Your task:
From the line with "e54 v41 v41" through the line with "e62 v11 v45 LINE", inclusive, return each line of the data below exactly and leave the rest out.

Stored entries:
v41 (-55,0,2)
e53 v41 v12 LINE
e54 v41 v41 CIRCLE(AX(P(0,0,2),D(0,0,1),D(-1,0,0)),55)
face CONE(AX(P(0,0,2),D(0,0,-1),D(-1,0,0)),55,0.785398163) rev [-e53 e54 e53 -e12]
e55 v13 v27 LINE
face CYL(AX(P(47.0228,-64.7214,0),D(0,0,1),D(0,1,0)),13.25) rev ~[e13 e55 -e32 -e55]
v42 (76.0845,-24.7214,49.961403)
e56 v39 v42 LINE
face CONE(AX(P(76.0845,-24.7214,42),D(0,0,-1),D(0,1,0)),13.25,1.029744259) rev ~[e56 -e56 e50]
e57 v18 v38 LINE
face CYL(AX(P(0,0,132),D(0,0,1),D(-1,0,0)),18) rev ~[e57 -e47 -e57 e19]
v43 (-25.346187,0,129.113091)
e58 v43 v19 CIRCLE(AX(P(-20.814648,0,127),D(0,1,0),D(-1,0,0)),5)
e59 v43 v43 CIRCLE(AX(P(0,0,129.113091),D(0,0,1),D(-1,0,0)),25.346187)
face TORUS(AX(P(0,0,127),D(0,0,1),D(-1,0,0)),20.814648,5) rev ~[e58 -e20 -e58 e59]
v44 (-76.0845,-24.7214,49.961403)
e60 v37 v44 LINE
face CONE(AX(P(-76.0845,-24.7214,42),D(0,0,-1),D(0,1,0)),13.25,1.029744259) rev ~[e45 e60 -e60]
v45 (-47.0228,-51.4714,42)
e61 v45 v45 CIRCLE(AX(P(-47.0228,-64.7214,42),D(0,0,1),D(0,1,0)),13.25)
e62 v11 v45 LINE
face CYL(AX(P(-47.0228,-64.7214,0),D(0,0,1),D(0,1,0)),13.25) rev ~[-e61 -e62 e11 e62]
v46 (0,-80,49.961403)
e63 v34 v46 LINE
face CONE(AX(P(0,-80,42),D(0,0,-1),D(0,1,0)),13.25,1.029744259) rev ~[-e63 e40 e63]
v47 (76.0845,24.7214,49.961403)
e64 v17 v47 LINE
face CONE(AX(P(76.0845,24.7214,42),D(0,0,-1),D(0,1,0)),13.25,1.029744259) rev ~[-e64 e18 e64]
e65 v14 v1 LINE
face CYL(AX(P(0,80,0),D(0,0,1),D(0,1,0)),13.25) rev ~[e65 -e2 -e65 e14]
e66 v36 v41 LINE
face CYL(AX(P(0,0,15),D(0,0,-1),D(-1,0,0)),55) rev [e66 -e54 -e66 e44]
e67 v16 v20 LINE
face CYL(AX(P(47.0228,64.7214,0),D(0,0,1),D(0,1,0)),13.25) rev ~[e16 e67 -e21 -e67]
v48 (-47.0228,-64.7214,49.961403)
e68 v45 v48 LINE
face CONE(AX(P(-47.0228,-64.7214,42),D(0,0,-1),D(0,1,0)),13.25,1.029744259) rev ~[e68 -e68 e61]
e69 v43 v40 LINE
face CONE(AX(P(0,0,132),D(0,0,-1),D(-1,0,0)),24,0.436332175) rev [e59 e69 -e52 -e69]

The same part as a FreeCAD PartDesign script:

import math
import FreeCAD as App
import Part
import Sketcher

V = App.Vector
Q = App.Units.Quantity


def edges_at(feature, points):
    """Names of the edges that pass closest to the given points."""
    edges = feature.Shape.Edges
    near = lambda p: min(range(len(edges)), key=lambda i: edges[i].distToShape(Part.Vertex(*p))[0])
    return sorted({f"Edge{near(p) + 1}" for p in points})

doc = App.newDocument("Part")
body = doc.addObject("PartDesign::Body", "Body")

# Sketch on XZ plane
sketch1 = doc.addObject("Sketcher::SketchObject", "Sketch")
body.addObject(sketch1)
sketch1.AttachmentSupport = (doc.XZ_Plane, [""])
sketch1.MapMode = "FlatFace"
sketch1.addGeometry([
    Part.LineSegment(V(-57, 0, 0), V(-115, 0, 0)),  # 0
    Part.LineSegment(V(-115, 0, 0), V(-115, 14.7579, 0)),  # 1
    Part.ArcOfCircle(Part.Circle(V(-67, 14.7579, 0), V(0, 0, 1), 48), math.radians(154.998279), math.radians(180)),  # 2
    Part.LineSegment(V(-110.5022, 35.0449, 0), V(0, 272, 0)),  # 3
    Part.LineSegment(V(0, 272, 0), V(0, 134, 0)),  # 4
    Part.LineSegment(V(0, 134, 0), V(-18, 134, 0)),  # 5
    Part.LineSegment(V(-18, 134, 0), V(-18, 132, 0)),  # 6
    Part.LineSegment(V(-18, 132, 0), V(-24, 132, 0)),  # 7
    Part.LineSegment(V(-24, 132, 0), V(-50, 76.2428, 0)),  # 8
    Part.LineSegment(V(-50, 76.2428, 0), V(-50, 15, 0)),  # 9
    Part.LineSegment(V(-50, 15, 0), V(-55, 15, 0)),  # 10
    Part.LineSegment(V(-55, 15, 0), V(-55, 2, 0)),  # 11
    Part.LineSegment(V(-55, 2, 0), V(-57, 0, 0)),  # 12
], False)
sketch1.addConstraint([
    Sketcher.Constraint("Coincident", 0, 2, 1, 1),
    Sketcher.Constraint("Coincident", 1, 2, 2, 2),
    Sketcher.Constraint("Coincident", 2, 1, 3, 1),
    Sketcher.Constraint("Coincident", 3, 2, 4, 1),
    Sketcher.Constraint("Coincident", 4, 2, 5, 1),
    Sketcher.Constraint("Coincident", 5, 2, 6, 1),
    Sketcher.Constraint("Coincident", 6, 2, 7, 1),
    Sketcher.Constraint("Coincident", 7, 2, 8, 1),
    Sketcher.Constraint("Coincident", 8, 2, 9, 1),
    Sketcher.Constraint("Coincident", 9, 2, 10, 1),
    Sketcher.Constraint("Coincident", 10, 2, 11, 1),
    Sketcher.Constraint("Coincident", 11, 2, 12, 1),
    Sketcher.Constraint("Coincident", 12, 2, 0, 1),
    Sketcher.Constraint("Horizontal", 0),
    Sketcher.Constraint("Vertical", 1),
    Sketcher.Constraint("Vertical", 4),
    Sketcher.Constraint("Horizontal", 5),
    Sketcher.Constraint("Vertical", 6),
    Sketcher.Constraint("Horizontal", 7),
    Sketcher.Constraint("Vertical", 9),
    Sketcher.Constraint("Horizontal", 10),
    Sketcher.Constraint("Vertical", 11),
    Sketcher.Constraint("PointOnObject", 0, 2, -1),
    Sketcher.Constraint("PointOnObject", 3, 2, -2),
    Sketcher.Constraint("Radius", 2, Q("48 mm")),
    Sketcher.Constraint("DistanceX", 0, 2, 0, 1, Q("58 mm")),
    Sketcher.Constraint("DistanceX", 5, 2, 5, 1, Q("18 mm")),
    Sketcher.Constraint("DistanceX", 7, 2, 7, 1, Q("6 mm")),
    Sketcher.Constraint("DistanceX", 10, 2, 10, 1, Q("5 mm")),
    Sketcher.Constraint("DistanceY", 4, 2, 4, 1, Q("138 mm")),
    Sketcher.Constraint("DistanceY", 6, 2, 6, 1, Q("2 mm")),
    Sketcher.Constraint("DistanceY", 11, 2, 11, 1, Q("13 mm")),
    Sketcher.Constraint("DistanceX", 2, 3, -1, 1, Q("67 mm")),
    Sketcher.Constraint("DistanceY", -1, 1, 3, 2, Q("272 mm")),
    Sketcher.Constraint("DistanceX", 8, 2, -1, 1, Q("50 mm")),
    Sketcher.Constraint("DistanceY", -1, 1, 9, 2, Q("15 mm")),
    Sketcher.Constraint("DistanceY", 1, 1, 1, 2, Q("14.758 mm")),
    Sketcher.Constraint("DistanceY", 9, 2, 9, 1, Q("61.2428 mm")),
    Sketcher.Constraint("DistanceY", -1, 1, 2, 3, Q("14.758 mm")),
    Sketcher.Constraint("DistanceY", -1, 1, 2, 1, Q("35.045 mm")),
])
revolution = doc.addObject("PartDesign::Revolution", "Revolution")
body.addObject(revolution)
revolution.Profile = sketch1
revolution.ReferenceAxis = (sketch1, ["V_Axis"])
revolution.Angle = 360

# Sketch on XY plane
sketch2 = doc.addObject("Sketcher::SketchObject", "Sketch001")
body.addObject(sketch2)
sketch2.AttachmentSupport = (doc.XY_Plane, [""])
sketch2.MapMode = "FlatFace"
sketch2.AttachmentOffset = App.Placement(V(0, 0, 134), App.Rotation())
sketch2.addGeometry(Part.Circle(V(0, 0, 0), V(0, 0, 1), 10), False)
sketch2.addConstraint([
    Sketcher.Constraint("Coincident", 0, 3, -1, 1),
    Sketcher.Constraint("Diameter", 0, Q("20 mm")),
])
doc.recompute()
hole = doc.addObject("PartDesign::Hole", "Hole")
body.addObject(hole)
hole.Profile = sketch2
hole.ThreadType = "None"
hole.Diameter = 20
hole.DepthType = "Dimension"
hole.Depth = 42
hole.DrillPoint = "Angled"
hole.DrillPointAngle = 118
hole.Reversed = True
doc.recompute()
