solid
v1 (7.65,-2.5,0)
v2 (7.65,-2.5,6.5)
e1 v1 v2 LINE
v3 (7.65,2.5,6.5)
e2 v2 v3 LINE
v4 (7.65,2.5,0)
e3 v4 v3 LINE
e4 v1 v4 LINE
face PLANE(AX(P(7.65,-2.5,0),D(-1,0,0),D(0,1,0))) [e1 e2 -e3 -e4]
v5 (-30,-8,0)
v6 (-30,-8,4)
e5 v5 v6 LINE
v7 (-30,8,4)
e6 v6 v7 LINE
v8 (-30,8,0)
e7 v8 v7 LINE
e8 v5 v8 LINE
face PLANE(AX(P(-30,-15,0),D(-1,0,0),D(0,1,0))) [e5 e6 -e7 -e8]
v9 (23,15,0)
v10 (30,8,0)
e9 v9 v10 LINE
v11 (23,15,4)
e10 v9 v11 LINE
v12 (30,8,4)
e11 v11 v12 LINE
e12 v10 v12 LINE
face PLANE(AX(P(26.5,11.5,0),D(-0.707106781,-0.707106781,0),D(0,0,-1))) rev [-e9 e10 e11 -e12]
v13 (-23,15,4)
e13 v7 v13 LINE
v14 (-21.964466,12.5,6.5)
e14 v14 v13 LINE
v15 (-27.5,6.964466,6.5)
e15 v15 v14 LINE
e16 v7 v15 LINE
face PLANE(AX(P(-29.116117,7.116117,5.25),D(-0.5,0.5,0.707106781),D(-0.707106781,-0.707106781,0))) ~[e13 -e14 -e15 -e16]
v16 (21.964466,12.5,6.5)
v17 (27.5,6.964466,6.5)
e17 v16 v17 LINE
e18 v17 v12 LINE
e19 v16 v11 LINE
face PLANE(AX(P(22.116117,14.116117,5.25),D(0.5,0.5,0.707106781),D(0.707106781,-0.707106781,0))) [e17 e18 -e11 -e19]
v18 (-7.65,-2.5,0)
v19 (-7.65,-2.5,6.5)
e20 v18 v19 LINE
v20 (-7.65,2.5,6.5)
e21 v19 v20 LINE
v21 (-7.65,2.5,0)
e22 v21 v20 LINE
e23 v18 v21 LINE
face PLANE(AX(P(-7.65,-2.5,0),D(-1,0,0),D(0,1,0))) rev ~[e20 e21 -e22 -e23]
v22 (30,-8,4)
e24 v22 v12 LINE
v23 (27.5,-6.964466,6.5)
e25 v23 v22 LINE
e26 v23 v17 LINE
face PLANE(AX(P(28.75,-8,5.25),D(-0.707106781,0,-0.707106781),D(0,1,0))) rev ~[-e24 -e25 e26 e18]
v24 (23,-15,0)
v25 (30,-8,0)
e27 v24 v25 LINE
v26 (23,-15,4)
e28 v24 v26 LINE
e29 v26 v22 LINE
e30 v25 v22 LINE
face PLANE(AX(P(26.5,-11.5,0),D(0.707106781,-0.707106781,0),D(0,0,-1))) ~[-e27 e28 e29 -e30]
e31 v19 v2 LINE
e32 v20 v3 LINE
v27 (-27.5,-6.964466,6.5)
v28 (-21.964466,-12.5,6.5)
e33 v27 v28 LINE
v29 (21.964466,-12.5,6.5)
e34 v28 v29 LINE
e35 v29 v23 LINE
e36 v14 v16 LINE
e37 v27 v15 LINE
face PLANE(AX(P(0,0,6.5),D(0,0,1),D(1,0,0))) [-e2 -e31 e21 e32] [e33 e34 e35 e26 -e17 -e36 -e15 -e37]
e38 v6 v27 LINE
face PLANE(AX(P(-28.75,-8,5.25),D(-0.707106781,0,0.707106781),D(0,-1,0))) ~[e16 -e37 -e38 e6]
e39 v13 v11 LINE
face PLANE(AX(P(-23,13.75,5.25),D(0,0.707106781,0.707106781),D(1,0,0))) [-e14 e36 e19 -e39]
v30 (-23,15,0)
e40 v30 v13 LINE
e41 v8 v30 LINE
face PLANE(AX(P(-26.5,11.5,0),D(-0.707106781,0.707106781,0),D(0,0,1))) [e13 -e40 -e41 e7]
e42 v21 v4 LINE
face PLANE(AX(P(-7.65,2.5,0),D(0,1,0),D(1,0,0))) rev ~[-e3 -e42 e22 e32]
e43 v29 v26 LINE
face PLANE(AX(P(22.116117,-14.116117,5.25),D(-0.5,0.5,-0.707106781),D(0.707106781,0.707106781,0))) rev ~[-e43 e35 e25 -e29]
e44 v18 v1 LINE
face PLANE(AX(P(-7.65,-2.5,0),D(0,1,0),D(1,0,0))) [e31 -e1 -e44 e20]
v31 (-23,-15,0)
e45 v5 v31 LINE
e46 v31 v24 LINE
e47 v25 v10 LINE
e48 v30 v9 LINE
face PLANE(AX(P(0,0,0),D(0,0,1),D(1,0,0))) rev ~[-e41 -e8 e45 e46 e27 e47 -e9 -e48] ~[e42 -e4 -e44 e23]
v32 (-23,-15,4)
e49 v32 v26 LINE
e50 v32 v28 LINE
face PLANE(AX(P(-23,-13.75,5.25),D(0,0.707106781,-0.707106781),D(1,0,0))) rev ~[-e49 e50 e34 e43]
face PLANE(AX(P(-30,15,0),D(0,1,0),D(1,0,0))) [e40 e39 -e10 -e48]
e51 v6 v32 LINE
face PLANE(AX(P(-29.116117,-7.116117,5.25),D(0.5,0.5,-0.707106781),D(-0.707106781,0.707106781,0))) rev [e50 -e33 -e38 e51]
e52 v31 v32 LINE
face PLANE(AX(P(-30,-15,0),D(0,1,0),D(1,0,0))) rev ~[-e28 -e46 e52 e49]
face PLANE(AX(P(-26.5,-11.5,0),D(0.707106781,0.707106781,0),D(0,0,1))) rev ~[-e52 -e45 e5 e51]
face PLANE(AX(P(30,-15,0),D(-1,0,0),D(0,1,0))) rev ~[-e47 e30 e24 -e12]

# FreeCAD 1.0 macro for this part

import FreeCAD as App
import Part
import Sketcher


def edges_at(feature, points):
    """Names of the edges that pass closest to the given points."""
    edges = feature.Shape.Edges
    near = lambda p: min(range(len(edges)), key=lambda i: edges[i].distToShape(Part.Vertex(*p))[0])
    return sorted({f"Edge{near(p) + 1}" for p in points})

doc = App.newDocument("Part")
body = doc.addObject("PartDesign::Body", "Body")

# Sketch on XY plane
sketch1 = body.newObject("Sketcher::SketchObject", "Sketch")
sketch1.AttachmentSupport = (doc.getObject("XY_Plane"), [""])
sketch1.MapMode = "FlatFace"
sketch1.addGeometry([
    Part.LineSegment(App.Vector(-30, 15, 0), App.Vector(-30, -15, 0)),  # 0
    Part.LineSegment(App.Vector(-30, -15, 0), App.Vector(30, -15, 0)),  # 1
    Part.LineSegment(App.Vector(30, -15, 0), App.Vector(30, 15, 0)),  # 2
    Part.LineSegment(App.Vector(30, 15, 0), App.Vector(-30, 15, 0)),  # 3
    Part.LineSegment(App.Vector(8, -2, 0), App.Vector(-8, -2, 0)),  # 4
    Part.LineSegment(App.Vector(-8, -2, 0), App.Vector(-8, 2, 0)),  # 5
    Part.LineSegment(App.Vector(-8, 2, 0), App.Vector(8, 2, 0)),  # 6
    Part.LineSegment(App.Vector(8, 2, 0), App.Vector(8, -2, 0)),  # 7
], False)
sketch1.addConstraint([
    Sketcher.Constraint("Coincident", 0, 2, 1, 1),
    Sketcher.Constraint("Coincident", 1, 2, 2, 1),
    Sketcher.Constraint("Coincident", 2, 2, 3, 1),
    Sketcher.Constraint("Coincident", 3, 2, 0, 1),
    Sketcher.Constraint("Coincident", 4, 2, 5, 1),
    Sketcher.Constraint("Coincident", 5, 2, 6, 1),
    Sketcher.Constraint("Coincident", 6, 2, 7, 1),
    Sketcher.Constraint("Coincident", 7, 2, 4, 1),
    Sketcher.Constraint("Vertical", 0),
    Sketcher.Constraint("Horizontal", 1),
    Sketcher.Constraint("Vertical", 2),
    Sketcher.Constraint("Horizontal", 3),
    Sketcher.Constraint("Horizontal", 4),
    Sketcher.Constraint("Vertical", 5),
    Sketcher.Constraint("Horizontal", 6),
    Sketcher.Constraint("Vertical", 7),
    Sketcher.Constraint("Symmetric", 0, 2, 2, 2, -1, 1),
    Sketcher.Constraint("Symmetric", 4, 2, 6, 2, -1, 1),
    Sketcher.Constraint("DistanceX", 1, 1, 1, 2, 60.0),
    Sketcher.Constraint("DistanceY", 0, 2, 0, 1, 30.0),
    Sketcher.Constraint("DistanceY", 5, 1, 5, 2, 5.0),
    Sketcher.Constraint("DistanceX", 4, 2, 4, 1, 15.3),
])
pad1 = body.newObject("PartDesign::Pad", "Pad")
pad1.Profile = sketch1
pad1.Length = 6.5
doc.recompute()

chamfer = body.newObject("PartDesign::Chamfer", "Chamfer")
chamfer.Base = (pad1, edges_at(pad1, [
    (-30, -15, 3.25),
    (30, -15, 3.25),
    (30, 15, 3.25),
    (-30, 15, 3.25),
]))
chamfer.Size = 7
doc.recompute()

chamfer2 = body.newObject("PartDesign::Chamfer", "Chamfer001")
chamfer2.Base = (chamfer, edges_at(chamfer, [
    (0, 15, 6.5),
    (-26.5, 11.5, 6.5),
    (-30, 0, 6.5),
    (-26.5, -11.5, 6.5),
    (0, -15, 6.5),
    (26.5, -11.5, 6.5),
    (30, 0, 6.5),
    (26.5, 11.5, 6.5),
]))
chamfer2.Size = 2.5

doc.recompute()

Expected output:
e54 v41 v41 CIRCLE(AX(P(0,0,2),D(0,0,1),D(-1,0,0)),55)
face CONE(AX(P(0,0,2),D(0,0,-1),D(-1,0,0)),55,0.785398163) rev [-e53 e54 e53 -e12]
e55 v13 v27 LINE
face CYL(AX(P(47.0228,-64.7214,0),D(0,0,1),D(0,1,0)),13.25) rev ~[e13 e55 -e32 -e55]
v42 (76.0845,-24.7214,49.961403)
e56 v39 v42 LINE
face CONE(AX(P(76.0845,-24.7214,42),D(0,0,-1),D(0,1,0)),13.25,1.029744259) rev ~[e56 -e56 e50]
e57 v18 v38 LINE
face CYL(AX(P(0,0,132),D(0,0,1),D(-1,0,0)),18) rev ~[e57 -e47 -e57 e19]
v43 (-25.346187,0,129.113091)
e58 v43 v19 CIRCLE(AX(P(-20.814648,0,127),D(0,1,0),D(-1,0,0)),5)
e59 v43 v43 CIRCLE(AX(P(0,0,129.113091),D(0,0,1),D(-1,0,0)),25.346187)
face TORUS(AX(P(0,0,127),D(0,0,1),D(-1,0,0)),20.814648,5) rev ~[e58 -e20 -e58 e59]
v44 (-76.0845,-24.7214,49.961403)
e60 v37 v44 LINE
face CONE(AX(P(-76.0845,-24.7214,42),D(0,0,-1),D(0,1,0)),13.25,1.029744259) rev ~[e45 e60 -e60]
v45 (-47.0228,-51.4714,42)
e61 v45 v45 CIRCLE(AX(P(-47.0228,-64.7214,42),D(0,0,1),D(0,1,0)),13.25)
e62 v11 v45 LINE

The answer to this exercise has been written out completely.